▶ **WORK REQUIRED**
A line below contains "f 295 127 294", and a later one contains "f 378 377 232". Repeat both, with every line between them, exactly.

[Recorded data]
◇ ◇ ◇ ◇ ◇ ◇ ◇

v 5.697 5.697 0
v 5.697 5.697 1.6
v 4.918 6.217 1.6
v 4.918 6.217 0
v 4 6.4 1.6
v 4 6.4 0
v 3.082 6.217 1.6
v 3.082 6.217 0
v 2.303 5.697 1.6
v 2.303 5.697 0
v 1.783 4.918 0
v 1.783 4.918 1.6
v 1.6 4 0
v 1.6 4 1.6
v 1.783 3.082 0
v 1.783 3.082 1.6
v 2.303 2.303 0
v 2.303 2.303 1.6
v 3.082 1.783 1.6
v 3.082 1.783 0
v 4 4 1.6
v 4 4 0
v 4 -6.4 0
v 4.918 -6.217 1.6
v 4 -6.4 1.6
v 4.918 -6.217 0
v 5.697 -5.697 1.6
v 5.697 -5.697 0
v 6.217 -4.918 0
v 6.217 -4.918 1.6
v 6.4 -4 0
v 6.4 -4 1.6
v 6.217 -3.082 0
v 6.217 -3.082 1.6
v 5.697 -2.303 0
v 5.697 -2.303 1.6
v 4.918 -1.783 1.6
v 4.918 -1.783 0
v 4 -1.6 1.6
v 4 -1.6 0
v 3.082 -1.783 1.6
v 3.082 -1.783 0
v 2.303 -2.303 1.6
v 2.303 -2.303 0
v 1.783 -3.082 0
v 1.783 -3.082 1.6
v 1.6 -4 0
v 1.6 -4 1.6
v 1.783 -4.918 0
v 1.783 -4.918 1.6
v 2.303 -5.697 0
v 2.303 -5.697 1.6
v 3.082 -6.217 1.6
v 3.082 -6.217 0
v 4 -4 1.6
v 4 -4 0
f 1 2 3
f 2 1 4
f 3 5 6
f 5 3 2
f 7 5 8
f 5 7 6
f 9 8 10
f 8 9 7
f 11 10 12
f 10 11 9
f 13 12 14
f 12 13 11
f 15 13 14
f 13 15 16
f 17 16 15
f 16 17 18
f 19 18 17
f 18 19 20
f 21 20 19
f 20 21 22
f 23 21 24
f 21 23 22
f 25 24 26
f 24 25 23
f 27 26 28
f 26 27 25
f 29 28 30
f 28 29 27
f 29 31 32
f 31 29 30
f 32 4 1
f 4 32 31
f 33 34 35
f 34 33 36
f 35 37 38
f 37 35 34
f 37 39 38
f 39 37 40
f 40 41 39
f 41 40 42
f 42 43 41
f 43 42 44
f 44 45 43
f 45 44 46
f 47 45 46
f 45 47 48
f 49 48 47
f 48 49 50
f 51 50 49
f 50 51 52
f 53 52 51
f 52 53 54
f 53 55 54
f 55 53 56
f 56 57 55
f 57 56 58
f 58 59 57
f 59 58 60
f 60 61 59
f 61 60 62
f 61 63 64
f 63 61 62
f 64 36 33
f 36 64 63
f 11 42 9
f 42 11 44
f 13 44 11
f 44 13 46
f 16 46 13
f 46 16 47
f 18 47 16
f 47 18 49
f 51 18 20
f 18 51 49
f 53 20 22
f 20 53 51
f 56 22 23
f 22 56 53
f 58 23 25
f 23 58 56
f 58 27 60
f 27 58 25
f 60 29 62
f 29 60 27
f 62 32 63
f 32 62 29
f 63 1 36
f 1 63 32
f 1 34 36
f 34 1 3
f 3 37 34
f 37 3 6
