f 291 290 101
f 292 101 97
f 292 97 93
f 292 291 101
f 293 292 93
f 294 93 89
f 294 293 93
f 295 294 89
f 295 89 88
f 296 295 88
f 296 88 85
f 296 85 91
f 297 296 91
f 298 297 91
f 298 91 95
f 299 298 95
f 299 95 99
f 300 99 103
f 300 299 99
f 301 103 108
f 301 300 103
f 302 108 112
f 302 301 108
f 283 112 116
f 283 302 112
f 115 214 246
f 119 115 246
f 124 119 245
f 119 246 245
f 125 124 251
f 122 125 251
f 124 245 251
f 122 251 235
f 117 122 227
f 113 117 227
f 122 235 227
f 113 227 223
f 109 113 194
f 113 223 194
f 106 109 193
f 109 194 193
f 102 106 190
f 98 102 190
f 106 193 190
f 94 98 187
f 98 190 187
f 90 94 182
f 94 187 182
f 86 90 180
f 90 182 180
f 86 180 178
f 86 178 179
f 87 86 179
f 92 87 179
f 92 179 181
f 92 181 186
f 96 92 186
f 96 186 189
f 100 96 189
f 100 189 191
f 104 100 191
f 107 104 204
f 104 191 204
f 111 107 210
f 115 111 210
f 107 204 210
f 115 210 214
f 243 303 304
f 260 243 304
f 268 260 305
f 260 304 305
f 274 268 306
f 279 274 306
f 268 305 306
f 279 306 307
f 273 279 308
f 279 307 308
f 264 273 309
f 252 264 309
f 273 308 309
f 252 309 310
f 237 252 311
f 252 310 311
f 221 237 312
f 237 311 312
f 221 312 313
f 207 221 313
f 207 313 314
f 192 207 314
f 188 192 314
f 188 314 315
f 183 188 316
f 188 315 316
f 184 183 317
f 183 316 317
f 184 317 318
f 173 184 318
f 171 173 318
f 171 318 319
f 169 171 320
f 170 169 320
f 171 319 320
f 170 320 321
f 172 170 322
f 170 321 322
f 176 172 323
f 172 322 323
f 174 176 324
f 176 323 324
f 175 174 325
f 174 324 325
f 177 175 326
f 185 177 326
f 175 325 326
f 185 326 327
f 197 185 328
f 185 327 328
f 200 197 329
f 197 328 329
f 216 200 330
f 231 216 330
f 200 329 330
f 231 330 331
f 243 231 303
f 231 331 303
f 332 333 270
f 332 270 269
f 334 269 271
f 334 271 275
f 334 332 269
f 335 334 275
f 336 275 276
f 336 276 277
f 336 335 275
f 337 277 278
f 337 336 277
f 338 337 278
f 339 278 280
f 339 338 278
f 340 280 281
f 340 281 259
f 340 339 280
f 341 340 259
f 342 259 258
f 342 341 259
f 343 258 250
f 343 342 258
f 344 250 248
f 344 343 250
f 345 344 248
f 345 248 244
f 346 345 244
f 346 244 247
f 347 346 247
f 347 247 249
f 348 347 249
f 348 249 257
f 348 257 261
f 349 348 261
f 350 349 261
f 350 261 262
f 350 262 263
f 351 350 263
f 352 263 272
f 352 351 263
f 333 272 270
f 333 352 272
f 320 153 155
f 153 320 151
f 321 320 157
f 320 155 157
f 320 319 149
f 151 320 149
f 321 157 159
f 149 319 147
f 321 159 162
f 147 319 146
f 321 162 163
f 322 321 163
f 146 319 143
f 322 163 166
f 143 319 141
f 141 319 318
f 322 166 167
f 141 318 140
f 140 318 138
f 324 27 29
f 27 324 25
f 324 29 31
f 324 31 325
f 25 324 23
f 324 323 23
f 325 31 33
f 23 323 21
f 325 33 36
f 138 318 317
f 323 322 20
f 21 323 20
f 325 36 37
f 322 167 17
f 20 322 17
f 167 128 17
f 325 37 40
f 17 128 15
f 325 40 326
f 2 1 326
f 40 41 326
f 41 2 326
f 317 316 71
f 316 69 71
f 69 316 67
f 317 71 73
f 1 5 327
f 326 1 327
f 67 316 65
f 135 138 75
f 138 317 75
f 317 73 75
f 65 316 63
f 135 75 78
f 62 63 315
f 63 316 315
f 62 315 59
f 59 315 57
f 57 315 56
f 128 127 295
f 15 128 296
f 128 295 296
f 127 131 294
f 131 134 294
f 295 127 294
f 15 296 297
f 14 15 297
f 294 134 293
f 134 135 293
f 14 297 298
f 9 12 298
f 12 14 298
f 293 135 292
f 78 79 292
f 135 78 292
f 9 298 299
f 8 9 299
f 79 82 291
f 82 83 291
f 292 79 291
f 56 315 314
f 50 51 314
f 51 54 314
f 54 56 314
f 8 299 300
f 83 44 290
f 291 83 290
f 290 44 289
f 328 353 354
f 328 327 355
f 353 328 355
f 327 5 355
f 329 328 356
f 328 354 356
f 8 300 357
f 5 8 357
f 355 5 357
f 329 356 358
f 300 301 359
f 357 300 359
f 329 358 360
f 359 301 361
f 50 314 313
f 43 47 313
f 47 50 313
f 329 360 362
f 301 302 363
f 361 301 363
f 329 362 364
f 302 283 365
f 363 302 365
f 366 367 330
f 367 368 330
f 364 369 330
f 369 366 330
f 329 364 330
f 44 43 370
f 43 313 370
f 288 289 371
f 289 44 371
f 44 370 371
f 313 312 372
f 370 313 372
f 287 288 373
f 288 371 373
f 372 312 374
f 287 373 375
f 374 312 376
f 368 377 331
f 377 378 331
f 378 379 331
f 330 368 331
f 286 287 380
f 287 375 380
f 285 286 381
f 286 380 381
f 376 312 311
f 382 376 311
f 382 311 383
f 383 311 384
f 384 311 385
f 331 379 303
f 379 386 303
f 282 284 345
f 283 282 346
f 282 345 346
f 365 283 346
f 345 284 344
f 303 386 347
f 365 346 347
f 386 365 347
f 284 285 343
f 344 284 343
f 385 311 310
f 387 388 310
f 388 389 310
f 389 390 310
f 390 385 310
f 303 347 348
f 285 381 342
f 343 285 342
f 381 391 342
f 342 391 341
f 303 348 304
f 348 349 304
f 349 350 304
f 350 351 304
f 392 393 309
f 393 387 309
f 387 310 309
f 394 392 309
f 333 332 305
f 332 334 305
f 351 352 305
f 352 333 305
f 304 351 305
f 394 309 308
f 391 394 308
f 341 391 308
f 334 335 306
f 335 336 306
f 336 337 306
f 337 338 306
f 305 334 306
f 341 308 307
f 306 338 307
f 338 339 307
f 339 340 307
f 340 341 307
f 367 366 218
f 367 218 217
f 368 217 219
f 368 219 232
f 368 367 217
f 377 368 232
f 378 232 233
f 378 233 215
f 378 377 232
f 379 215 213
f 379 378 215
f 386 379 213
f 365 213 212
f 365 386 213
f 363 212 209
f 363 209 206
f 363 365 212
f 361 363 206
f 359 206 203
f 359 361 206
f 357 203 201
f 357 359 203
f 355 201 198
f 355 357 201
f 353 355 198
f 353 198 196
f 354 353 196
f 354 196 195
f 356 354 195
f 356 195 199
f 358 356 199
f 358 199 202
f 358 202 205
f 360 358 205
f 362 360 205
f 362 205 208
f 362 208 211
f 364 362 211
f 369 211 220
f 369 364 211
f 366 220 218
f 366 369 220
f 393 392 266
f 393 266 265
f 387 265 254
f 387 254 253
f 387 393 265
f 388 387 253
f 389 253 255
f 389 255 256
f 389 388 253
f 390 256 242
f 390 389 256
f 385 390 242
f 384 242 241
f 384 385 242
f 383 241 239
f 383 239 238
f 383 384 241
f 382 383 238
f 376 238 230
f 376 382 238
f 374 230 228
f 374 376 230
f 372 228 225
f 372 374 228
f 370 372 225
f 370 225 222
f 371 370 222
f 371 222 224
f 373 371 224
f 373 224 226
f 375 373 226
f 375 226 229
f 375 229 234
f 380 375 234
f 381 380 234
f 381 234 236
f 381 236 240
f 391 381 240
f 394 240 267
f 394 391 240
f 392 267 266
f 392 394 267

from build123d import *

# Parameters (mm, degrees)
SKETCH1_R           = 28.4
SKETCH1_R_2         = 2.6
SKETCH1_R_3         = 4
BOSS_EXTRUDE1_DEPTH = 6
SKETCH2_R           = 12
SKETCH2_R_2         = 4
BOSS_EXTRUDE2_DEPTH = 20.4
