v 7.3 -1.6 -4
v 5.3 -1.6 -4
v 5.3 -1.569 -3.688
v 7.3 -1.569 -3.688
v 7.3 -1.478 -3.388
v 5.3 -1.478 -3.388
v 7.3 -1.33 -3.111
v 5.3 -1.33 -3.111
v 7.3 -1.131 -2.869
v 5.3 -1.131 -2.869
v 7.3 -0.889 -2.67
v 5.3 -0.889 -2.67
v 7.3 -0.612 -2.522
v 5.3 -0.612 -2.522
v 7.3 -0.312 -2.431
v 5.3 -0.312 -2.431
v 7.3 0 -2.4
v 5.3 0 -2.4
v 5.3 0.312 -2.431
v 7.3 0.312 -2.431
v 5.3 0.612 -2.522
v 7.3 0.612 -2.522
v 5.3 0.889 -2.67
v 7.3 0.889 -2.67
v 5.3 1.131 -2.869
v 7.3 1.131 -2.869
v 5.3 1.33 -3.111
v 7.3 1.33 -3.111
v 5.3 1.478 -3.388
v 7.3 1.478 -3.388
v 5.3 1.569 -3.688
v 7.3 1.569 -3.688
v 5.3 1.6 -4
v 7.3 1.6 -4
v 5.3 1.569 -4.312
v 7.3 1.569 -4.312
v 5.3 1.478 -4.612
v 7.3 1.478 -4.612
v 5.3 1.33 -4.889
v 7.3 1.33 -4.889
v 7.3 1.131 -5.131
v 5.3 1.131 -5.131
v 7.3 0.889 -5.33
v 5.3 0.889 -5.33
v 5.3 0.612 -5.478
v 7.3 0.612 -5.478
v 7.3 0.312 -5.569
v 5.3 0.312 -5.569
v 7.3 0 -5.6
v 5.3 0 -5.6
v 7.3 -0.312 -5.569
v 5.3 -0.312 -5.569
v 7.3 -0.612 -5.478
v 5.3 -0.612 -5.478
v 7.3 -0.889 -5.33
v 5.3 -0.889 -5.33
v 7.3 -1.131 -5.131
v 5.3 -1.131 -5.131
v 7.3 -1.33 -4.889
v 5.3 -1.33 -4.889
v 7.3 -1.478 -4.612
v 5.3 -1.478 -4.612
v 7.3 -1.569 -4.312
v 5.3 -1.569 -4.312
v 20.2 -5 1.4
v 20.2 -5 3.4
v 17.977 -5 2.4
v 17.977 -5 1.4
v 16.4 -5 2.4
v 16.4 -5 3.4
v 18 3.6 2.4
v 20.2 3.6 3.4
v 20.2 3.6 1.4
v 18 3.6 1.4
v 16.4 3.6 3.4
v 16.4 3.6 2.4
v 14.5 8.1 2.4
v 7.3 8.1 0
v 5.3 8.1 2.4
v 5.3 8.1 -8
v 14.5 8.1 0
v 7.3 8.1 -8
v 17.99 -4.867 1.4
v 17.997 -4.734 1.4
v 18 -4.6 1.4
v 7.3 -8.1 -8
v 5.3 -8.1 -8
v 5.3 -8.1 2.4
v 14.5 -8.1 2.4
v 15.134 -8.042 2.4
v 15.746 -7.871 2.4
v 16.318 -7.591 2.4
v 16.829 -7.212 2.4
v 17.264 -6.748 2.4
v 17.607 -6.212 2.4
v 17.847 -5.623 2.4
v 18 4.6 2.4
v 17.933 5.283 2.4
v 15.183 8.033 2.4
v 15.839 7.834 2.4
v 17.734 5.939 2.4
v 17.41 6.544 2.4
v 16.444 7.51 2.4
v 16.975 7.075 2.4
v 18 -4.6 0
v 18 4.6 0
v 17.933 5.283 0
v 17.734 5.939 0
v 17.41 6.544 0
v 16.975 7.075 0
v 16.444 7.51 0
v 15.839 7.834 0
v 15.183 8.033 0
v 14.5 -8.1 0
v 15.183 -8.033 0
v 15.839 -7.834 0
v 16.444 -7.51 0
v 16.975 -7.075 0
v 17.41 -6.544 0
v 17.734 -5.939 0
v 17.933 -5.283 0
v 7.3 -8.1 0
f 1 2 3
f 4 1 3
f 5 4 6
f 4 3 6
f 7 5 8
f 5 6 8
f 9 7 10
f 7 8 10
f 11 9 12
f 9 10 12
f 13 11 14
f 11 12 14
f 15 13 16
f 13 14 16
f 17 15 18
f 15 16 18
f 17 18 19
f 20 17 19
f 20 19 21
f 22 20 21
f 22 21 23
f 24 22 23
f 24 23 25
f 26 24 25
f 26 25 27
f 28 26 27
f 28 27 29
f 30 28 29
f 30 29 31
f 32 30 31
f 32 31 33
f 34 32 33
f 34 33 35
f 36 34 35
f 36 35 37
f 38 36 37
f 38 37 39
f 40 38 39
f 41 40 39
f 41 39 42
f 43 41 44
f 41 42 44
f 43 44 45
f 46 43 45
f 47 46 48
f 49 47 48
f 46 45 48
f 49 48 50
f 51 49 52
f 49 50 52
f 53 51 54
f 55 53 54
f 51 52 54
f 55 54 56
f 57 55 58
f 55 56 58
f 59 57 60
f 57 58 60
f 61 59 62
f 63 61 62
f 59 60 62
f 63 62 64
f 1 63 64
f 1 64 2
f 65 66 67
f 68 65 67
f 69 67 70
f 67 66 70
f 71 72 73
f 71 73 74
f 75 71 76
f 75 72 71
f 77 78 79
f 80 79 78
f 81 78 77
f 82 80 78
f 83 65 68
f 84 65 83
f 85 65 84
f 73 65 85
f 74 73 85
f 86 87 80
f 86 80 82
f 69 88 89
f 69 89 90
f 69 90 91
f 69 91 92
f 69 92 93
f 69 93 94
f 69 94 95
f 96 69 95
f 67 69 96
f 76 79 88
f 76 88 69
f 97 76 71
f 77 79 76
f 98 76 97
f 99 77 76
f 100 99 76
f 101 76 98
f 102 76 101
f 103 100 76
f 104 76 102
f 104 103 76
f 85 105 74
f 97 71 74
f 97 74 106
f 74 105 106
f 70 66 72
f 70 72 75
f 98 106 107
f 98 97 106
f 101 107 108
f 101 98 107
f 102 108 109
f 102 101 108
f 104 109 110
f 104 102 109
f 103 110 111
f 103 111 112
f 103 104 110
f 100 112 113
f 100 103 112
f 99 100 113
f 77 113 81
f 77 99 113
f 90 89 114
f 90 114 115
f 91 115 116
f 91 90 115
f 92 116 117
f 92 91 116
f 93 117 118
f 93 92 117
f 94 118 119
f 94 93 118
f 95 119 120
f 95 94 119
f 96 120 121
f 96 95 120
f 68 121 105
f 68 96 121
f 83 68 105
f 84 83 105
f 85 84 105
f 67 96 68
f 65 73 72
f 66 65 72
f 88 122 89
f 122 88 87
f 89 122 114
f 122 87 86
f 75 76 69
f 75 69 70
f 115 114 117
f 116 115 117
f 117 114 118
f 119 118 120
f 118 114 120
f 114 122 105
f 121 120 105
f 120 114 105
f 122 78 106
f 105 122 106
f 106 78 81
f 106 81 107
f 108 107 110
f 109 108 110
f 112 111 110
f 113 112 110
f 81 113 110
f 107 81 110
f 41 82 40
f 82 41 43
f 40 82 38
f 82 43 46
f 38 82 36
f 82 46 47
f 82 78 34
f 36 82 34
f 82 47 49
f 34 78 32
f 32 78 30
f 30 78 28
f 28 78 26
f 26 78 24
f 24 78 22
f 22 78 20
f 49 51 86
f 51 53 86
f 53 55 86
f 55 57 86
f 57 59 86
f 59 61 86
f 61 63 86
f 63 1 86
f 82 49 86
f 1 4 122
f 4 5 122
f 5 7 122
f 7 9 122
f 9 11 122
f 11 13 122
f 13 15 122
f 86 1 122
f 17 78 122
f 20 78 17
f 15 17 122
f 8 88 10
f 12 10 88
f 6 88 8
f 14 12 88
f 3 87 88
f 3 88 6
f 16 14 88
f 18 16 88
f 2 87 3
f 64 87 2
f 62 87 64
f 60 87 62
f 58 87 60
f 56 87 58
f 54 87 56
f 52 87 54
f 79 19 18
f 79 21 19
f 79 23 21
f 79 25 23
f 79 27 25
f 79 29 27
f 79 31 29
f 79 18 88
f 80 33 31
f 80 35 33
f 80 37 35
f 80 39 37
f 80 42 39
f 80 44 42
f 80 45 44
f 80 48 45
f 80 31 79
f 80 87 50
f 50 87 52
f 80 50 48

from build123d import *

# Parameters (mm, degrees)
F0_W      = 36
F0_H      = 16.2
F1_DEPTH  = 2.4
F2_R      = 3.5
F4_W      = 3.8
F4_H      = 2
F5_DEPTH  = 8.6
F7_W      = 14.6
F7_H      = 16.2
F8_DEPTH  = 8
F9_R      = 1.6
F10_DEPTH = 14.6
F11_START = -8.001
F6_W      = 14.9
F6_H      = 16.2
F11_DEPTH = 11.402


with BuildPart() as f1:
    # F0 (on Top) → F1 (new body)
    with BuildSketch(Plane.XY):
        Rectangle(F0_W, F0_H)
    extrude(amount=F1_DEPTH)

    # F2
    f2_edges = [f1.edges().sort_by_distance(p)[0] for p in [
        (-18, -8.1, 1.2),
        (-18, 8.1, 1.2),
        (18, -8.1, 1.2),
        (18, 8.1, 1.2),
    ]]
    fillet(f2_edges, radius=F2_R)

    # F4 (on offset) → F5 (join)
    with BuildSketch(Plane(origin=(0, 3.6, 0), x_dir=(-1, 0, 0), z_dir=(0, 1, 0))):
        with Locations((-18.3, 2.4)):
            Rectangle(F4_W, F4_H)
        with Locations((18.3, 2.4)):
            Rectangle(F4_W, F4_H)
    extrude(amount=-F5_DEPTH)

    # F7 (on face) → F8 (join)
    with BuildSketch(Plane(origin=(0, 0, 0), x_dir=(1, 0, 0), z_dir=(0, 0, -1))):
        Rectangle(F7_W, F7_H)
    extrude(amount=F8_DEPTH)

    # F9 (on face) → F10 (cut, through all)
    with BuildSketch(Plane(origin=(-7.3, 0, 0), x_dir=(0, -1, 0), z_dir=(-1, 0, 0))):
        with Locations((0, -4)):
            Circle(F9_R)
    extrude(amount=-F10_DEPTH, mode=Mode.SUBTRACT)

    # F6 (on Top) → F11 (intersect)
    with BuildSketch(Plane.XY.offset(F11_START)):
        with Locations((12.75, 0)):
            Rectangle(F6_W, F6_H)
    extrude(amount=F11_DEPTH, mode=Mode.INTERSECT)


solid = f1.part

◇ ◇ ◇ ◇ ◇ ◇ ◇

▶ **RESULT FOR THIS EXERCISE**
f 295 127 294
f 15 296 297
f 14 15 297
f 294 134 293
f 134 135 293
f 14 297 298
f 9 12 298
f 12 14 298
f 293 135 292
f 78 79 292
f 135 78 292
f 9 298 299
f 8 9 299
f 79 82 291
f 82 83 291
f 292 79 291
f 56 315 314
f 50 51 314
f 51 54 314
f 54 56 314
f 8 299 300
f 83 44 290
f 291 83 290
f 290 44 289
f 328 353 354
f 328 327 355
f 353 328 355
f 327 5 355
f 329 328 356
f 328 354 356
f 8 300 357
f 5 8 357
f 355 5 357
f 329 356 358
f 300 301 359
f 357 300 359
f 329 358 360
f 359 301 361
f 50 314 313
f 43 47 313
f 47 50 313
f 329 360 362
f 301 302 363
f 361 301 363
f 329 362 364
f 302 283 365
f 363 302 365
f 366 367 330
f 367 368 330
f 364 369 330
f 369 366 330
f 329 364 330
f 44 43 370
f 43 313 370
f 288 289 371
f 289 44 371
f 44 370 371
f 313 312 372
f 370 313 372
f 287 288 373
f 288 371 373
f 372 312 374
f 287 373 375
f 374 312 376
f 368 377 331
f 377 378 331
f 378 379 331
f 330 368 331
f 286 287 380
f 287 375 380
f 285 286 381
f 286 380 381
f 376 312 311
f 382 376 311
f 382 311 383
f 383 311 384
f 384 311 385
f 331 379 303
f 379 386 303
f 282 284 345
f 283 282 346
f 282 345 346
f 365 283 346
f 345 284 344
f 303 386 347
f 365 346 347
f 386 365 347
f 284 285 343
f 344 284 343
f 385 311 310
f 387 388 310
f 388 389 310
f 389 390 310
f 390 385 310
f 303 347 348
f 285 381 342
f 343 285 342
f 381 391 342
f 342 391 341
f 303 348 304
f 348 349 304
f 349 350 304
f 350 351 304
f 392 393 309
f 393 387 309
f 387 310 309
f 394 392 309
f 333 332 305
f 332 334 305
f 351 352 305
f 352 333 305
f 304 351 305
f 394 309 308
f 391 394 308
f 341 391 308
f 334 335 306
f 335 336 306
f 336 337 306
f 337 338 306
f 305 334 306
f 341 308 307
f 306 338 307
f 338 339 307
f 339 340 307
f 340 341 307
f 367 366 218
f 367 218 217
f 368 217 219
f 368 219 232
f 368 367 217
f 377 368 232
f 378 232 233
f 378 233 215
f 378 377 232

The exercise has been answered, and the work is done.